◆ **WHAT TO DO**: Where the line containing "#7=PRODUCT_DEFINITION_SHAPE('','',#6);" appears, end your copy; everything from the first line of the records below up to and including it must be reproduced exactly.

◆ **INFORMATION SHOWN**:
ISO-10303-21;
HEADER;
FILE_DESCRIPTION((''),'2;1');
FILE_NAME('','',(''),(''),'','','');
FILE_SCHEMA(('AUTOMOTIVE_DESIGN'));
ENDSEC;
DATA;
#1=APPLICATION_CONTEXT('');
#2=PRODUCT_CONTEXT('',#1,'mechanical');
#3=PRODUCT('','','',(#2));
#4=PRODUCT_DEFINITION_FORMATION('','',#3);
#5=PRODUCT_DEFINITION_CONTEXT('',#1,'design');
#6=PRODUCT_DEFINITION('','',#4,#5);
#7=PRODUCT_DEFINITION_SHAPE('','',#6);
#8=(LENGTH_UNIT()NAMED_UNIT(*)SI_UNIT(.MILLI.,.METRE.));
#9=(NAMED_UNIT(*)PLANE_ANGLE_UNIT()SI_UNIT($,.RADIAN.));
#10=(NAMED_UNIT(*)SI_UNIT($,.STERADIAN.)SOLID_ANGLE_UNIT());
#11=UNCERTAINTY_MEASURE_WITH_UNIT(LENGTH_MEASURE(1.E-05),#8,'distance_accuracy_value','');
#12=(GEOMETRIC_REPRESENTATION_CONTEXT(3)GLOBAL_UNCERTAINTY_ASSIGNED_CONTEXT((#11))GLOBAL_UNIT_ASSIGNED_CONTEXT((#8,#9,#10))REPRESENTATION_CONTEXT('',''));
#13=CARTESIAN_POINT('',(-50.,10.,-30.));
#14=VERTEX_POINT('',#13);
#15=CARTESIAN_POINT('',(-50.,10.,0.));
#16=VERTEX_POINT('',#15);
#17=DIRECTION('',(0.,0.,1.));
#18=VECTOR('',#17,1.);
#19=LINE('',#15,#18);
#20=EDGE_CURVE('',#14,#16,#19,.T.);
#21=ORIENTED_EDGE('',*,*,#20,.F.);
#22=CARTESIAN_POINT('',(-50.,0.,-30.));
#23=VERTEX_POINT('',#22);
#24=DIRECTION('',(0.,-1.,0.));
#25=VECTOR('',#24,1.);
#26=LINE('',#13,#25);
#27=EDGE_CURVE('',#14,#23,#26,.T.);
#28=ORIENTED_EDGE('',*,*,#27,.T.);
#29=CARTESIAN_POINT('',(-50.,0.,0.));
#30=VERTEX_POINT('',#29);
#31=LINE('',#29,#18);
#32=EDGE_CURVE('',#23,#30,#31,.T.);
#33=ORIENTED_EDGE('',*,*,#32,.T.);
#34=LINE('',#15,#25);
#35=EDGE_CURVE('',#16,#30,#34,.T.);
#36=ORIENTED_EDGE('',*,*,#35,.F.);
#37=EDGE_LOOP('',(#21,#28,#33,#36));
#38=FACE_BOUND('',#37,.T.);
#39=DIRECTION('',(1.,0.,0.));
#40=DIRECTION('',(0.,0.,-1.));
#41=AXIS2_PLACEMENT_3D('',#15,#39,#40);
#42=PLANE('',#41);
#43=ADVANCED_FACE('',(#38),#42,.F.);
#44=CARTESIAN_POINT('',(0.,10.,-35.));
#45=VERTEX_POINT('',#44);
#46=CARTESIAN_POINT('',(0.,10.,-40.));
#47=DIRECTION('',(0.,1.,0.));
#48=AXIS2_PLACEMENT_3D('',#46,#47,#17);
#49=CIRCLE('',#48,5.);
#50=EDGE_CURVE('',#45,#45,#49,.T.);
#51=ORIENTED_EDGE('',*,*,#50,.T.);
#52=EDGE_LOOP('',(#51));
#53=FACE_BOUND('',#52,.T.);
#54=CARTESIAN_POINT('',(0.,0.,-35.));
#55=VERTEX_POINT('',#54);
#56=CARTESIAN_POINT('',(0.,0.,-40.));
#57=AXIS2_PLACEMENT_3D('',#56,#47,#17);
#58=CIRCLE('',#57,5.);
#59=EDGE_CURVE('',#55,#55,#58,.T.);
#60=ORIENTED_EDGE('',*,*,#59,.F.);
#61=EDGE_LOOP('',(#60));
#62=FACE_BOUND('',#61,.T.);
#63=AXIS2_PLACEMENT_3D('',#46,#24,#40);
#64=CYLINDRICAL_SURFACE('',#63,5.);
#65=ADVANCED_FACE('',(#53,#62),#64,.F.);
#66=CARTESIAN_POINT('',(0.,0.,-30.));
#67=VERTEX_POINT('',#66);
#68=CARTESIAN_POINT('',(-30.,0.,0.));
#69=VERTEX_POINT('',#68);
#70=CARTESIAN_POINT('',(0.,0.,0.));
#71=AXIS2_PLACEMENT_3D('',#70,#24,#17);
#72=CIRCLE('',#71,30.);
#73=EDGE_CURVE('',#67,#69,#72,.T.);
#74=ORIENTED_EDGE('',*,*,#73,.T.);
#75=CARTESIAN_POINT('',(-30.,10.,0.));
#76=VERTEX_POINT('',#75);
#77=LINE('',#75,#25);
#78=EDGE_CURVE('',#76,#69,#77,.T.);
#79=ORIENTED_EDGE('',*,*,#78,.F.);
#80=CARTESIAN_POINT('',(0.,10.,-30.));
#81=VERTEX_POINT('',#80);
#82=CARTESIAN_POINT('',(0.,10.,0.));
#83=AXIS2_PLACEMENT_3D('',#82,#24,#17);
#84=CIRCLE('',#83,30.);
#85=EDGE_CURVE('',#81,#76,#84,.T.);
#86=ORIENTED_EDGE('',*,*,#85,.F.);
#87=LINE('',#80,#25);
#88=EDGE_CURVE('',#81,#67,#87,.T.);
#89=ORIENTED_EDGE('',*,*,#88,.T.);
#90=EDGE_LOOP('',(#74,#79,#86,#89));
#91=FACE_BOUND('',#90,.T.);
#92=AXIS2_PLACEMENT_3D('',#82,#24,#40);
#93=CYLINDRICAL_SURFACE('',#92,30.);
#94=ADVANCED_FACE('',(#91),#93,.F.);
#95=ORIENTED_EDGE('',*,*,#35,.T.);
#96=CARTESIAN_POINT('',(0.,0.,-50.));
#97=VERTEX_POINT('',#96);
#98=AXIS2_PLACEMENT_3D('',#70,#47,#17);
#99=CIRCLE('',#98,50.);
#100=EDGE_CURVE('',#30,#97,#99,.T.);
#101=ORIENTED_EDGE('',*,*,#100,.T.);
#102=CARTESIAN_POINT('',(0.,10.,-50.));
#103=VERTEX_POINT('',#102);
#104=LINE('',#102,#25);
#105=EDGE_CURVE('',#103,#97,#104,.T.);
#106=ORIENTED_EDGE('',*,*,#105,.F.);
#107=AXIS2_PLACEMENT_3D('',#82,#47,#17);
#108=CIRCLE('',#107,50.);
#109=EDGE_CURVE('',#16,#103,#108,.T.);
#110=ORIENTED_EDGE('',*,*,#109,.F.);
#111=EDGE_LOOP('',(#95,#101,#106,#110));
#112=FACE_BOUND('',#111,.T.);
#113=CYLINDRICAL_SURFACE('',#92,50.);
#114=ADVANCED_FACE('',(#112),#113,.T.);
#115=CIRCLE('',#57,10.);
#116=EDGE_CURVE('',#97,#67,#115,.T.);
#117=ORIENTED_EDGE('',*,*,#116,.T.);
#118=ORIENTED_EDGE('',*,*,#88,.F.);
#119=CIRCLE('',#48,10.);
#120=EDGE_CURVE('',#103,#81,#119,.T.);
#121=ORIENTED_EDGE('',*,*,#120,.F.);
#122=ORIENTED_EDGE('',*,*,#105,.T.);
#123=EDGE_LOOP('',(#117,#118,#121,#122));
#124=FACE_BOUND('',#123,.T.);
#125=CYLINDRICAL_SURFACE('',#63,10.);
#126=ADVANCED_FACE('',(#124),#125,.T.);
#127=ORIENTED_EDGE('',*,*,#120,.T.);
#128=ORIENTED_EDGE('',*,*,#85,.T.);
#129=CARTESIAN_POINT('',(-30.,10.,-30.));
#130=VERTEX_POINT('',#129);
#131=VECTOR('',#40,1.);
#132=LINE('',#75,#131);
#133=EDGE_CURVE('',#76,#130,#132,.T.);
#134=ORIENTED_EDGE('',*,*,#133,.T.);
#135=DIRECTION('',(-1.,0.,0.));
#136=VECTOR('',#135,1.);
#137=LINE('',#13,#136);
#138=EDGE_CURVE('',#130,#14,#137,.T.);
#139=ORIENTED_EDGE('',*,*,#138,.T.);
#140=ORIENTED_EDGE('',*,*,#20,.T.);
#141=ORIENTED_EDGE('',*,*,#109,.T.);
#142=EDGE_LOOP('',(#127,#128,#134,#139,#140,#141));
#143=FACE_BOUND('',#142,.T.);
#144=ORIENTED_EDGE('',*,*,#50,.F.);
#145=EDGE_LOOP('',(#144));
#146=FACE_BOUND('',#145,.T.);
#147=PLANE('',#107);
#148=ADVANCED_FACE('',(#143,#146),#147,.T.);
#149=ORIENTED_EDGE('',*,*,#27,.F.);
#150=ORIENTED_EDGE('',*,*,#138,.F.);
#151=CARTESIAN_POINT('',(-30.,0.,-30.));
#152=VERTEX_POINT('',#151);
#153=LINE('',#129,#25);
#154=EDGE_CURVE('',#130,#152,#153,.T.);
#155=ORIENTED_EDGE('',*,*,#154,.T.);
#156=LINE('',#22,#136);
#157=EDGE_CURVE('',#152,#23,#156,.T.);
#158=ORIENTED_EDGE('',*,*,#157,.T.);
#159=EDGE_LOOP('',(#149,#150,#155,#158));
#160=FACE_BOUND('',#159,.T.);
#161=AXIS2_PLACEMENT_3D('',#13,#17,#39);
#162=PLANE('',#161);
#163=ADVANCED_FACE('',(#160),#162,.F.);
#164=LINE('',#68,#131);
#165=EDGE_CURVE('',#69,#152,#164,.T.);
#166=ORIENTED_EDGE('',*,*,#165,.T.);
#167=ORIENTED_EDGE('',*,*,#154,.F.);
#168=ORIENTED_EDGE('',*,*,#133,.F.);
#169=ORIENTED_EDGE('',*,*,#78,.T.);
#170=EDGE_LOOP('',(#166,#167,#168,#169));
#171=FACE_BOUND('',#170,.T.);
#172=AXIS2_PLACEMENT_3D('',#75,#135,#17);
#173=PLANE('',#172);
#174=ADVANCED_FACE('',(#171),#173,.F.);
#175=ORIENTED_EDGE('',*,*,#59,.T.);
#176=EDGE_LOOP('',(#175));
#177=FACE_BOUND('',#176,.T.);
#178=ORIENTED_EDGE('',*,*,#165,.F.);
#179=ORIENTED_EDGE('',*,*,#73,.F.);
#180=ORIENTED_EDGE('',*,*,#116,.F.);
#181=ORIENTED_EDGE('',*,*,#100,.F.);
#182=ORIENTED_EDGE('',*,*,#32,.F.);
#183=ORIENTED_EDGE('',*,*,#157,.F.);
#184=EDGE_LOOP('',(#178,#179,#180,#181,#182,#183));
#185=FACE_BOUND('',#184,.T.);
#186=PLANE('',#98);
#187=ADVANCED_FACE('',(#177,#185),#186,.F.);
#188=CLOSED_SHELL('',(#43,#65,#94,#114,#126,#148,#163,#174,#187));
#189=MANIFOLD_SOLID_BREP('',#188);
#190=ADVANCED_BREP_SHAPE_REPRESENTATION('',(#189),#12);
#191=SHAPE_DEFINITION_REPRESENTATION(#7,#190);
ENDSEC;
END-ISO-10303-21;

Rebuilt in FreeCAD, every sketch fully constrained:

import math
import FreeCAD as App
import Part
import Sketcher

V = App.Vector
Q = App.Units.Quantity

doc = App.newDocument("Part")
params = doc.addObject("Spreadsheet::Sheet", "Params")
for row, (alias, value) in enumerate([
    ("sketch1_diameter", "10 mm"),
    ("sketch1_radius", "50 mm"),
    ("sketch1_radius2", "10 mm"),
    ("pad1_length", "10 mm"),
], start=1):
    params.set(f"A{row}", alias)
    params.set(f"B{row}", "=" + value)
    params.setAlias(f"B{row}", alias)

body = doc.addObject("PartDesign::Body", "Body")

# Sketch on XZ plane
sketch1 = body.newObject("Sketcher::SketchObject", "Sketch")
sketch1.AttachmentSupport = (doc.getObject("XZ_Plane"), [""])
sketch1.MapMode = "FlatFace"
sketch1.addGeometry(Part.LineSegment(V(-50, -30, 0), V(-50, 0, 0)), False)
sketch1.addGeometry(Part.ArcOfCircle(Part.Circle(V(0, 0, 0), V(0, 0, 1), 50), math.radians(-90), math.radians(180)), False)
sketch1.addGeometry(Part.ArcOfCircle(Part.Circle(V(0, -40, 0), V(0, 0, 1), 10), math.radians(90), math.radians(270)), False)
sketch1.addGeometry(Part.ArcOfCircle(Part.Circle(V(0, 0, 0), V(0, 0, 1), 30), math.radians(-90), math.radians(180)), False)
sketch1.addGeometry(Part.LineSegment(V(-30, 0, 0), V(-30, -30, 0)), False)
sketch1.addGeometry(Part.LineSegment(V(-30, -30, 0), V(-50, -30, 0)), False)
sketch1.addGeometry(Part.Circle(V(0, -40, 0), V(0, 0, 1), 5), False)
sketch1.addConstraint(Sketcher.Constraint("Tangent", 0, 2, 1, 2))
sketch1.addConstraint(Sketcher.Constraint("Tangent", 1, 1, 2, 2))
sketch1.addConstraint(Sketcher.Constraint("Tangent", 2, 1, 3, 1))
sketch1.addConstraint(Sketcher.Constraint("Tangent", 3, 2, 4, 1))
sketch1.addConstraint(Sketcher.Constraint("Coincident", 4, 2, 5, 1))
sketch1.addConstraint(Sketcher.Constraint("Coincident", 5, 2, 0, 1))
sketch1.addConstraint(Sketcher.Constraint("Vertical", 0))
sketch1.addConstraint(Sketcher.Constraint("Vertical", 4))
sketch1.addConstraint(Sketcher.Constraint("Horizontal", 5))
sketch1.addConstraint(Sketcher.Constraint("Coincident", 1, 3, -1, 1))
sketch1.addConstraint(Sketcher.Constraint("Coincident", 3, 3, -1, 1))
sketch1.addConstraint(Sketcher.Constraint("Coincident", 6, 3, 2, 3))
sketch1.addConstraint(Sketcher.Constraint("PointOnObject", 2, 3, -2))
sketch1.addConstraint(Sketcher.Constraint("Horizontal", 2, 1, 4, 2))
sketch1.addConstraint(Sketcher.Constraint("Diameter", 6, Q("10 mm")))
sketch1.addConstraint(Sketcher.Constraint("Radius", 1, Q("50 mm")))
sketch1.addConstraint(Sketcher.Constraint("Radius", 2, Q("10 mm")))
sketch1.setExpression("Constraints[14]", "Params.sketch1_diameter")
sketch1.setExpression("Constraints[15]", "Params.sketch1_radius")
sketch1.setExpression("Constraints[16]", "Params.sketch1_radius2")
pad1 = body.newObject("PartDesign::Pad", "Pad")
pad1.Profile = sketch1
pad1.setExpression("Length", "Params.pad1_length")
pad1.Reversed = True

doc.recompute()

◆ **REPLY TO THE EXERCISE**:
ISO-10303-21;
HEADER;
FILE_DESCRIPTION((''),'2;1');
FILE_NAME('','',(''),(''),'','','');
FILE_SCHEMA(('AUTOMOTIVE_DESIGN'));
ENDSEC;
DATA;
#1=APPLICATION_CONTEXT('');
#2=PRODUCT_CONTEXT('',#1,'mechanical');
#3=PRODUCT('','','',(#2));
#4=PRODUCT_DEFINITION_FORMATION('','',#3);
#5=PRODUCT_DEFINITION_CONTEXT('',#1,'design');
#6=PRODUCT_DEFINITION('','',#4,#5);
#7=PRODUCT_DEFINITION_SHAPE('','',#6);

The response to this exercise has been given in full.